WHAT YOU HAVE TO DO:
Look through the material below and copy exactly the lines from the line with "#131=ORIENTED_EDGE('',*,*,#96,.T.);" to the line with "END-ISO-10303-21;", those two lines included.

SUPPLIED ENTRIES:
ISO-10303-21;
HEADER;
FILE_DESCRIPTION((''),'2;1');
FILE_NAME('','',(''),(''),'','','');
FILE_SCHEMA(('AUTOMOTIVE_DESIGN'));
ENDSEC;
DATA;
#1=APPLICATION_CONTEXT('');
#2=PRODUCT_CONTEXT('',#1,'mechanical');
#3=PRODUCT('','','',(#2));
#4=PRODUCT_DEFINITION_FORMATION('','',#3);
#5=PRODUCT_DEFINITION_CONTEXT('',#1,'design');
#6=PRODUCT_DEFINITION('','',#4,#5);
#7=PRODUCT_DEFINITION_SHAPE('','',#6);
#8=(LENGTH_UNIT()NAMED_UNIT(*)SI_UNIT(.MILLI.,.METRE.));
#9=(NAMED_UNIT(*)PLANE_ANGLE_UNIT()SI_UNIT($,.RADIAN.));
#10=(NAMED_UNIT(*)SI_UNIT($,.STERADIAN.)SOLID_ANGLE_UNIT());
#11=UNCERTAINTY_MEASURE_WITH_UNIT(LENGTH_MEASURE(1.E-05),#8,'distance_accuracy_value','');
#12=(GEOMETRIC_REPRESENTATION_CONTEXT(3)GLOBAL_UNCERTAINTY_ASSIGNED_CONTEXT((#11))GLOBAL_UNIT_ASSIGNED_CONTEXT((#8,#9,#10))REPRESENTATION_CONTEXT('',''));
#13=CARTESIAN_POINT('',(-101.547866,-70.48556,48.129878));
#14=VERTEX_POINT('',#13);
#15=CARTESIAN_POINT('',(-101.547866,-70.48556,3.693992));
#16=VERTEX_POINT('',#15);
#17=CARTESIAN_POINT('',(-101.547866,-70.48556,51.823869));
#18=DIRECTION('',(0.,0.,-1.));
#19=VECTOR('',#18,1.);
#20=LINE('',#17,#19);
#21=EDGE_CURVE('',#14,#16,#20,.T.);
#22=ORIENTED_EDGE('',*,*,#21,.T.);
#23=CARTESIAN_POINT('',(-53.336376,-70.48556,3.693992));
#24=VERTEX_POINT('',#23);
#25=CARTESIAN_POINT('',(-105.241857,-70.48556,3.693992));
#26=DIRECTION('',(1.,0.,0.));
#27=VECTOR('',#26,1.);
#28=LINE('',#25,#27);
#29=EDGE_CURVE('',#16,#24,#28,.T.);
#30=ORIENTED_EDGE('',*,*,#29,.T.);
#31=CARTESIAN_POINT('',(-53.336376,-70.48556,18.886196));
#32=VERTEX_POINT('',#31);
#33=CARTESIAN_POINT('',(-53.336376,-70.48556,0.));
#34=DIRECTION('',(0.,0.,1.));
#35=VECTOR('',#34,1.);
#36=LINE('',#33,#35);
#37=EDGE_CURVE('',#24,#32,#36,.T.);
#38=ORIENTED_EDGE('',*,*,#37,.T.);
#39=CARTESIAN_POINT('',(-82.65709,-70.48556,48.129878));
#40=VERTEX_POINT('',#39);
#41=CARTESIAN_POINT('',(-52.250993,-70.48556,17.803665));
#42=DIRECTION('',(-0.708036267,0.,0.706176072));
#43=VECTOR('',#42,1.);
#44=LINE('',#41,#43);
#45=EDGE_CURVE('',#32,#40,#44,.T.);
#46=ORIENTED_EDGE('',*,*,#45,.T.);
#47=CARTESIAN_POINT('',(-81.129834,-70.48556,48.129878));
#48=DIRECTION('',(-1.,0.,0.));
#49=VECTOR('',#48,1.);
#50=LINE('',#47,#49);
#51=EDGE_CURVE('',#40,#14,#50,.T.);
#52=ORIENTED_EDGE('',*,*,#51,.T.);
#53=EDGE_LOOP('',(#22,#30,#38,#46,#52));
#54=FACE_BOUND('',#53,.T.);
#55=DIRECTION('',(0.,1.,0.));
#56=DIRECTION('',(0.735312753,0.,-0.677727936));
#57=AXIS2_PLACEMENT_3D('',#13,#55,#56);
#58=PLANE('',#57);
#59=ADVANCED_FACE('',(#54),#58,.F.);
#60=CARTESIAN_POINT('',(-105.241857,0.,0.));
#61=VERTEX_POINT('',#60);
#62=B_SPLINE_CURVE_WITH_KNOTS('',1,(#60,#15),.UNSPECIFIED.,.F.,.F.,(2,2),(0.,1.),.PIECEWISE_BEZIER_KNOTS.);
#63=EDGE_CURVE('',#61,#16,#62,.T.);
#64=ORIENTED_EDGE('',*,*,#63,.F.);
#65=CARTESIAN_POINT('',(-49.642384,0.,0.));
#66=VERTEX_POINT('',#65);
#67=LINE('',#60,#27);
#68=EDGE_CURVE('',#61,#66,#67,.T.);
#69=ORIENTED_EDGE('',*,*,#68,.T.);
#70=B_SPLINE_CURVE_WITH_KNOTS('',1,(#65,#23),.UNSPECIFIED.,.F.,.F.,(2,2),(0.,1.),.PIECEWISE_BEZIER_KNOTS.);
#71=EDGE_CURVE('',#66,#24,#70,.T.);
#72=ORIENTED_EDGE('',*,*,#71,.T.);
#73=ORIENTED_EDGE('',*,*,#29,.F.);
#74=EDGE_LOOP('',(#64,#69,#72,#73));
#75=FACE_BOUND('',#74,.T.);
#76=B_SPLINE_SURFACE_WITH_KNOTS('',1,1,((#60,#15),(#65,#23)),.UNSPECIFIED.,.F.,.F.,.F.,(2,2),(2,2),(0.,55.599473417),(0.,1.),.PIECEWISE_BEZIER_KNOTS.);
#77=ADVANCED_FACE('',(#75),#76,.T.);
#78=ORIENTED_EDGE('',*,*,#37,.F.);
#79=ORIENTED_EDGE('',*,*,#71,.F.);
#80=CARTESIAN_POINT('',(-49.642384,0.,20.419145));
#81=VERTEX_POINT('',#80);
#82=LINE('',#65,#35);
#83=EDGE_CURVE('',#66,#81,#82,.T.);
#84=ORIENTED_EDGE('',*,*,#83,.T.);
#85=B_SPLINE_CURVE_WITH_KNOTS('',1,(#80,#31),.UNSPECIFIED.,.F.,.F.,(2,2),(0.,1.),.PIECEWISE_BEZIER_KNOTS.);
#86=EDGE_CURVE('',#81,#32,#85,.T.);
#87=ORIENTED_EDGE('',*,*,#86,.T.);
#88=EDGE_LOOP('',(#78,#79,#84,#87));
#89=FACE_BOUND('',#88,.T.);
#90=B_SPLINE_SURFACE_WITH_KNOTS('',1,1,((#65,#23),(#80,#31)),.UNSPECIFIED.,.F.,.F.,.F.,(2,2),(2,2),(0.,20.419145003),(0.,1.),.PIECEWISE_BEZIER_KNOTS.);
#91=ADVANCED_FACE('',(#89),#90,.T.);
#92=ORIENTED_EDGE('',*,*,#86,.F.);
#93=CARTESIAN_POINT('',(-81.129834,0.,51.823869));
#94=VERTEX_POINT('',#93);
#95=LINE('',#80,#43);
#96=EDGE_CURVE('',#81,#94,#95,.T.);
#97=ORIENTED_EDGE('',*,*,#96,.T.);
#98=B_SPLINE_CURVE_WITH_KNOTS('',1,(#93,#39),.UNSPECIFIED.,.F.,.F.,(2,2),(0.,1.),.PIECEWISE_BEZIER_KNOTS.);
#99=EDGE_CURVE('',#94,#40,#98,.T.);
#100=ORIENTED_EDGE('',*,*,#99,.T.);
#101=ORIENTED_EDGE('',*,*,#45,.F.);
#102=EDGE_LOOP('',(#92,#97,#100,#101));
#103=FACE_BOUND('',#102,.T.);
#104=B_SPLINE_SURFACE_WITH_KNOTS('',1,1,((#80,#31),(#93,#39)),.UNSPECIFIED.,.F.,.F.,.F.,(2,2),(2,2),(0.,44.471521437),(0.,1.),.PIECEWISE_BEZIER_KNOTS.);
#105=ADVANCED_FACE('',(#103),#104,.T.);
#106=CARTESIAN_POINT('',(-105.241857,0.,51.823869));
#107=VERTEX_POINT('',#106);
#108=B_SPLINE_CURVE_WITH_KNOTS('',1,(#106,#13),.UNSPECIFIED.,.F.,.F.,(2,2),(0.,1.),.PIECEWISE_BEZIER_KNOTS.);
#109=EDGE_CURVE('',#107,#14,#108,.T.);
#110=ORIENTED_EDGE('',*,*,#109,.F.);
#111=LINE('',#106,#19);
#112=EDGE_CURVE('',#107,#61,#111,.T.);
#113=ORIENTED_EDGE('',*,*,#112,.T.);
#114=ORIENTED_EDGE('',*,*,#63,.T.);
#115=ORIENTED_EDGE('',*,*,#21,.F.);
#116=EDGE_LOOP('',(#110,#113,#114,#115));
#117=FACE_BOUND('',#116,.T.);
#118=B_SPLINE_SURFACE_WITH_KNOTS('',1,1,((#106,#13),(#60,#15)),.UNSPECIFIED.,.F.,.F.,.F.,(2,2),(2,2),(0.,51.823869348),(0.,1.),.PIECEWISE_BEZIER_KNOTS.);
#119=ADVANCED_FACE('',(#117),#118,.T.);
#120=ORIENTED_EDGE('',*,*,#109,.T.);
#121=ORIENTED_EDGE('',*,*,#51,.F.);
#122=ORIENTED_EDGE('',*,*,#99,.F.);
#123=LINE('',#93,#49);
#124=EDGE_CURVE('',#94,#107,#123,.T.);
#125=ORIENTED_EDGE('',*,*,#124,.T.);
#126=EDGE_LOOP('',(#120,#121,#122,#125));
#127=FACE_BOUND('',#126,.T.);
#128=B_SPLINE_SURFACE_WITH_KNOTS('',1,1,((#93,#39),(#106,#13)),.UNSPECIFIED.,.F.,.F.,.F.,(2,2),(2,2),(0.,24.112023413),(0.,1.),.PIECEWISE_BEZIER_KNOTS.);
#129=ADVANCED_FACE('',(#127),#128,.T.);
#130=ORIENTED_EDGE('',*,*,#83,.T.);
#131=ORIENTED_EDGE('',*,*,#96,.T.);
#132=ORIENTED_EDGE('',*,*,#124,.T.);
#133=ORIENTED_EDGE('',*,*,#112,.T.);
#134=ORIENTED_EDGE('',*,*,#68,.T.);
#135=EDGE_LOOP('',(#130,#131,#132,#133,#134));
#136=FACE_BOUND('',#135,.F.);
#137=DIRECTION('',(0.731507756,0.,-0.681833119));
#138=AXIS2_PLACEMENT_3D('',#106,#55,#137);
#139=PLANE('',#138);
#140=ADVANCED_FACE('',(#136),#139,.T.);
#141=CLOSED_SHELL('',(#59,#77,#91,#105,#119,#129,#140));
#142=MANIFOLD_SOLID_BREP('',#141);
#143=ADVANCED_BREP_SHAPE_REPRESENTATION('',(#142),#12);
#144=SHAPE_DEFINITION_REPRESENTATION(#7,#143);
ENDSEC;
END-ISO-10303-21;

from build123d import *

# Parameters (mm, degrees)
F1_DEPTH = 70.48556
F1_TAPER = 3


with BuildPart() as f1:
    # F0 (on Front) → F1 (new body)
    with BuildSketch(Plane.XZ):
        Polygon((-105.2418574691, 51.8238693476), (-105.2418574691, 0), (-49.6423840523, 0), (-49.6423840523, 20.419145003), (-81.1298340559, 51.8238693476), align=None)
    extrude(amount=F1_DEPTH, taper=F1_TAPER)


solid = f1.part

YOUR RESPONSE:
#131=ORIENTED_EDGE('',*,*,#96,.T.);
#132=ORIENTED_EDGE('',*,*,#124,.T.);
#133=ORIENTED_EDGE('',*,*,#112,.T.);
#134=ORIENTED_EDGE('',*,*,#68,.T.);
#135=EDGE_LOOP('',(#130,#131,#132,#133,#134));
#136=FACE_BOUND('',#135,.F.);
#137=DIRECTION('',(0.731507756,0.,-0.681833119));
#138=AXIS2_PLACEMENT_3D('',#106,#55,#137);
#139=PLANE('',#138);
#140=ADVANCED_FACE('',(#136),#139,.T.);
#141=CLOSED_SHELL('',(#59,#77,#91,#105,#119,#129,#140));
#142=MANIFOLD_SOLID_BREP('',#141);
#143=ADVANCED_BREP_SHAPE_REPRESENTATION('',(#142),#12);
#144=SHAPE_DEFINITION_REPRESENTATION(#7,#143);
ENDSEC;
END-ISO-10303-21;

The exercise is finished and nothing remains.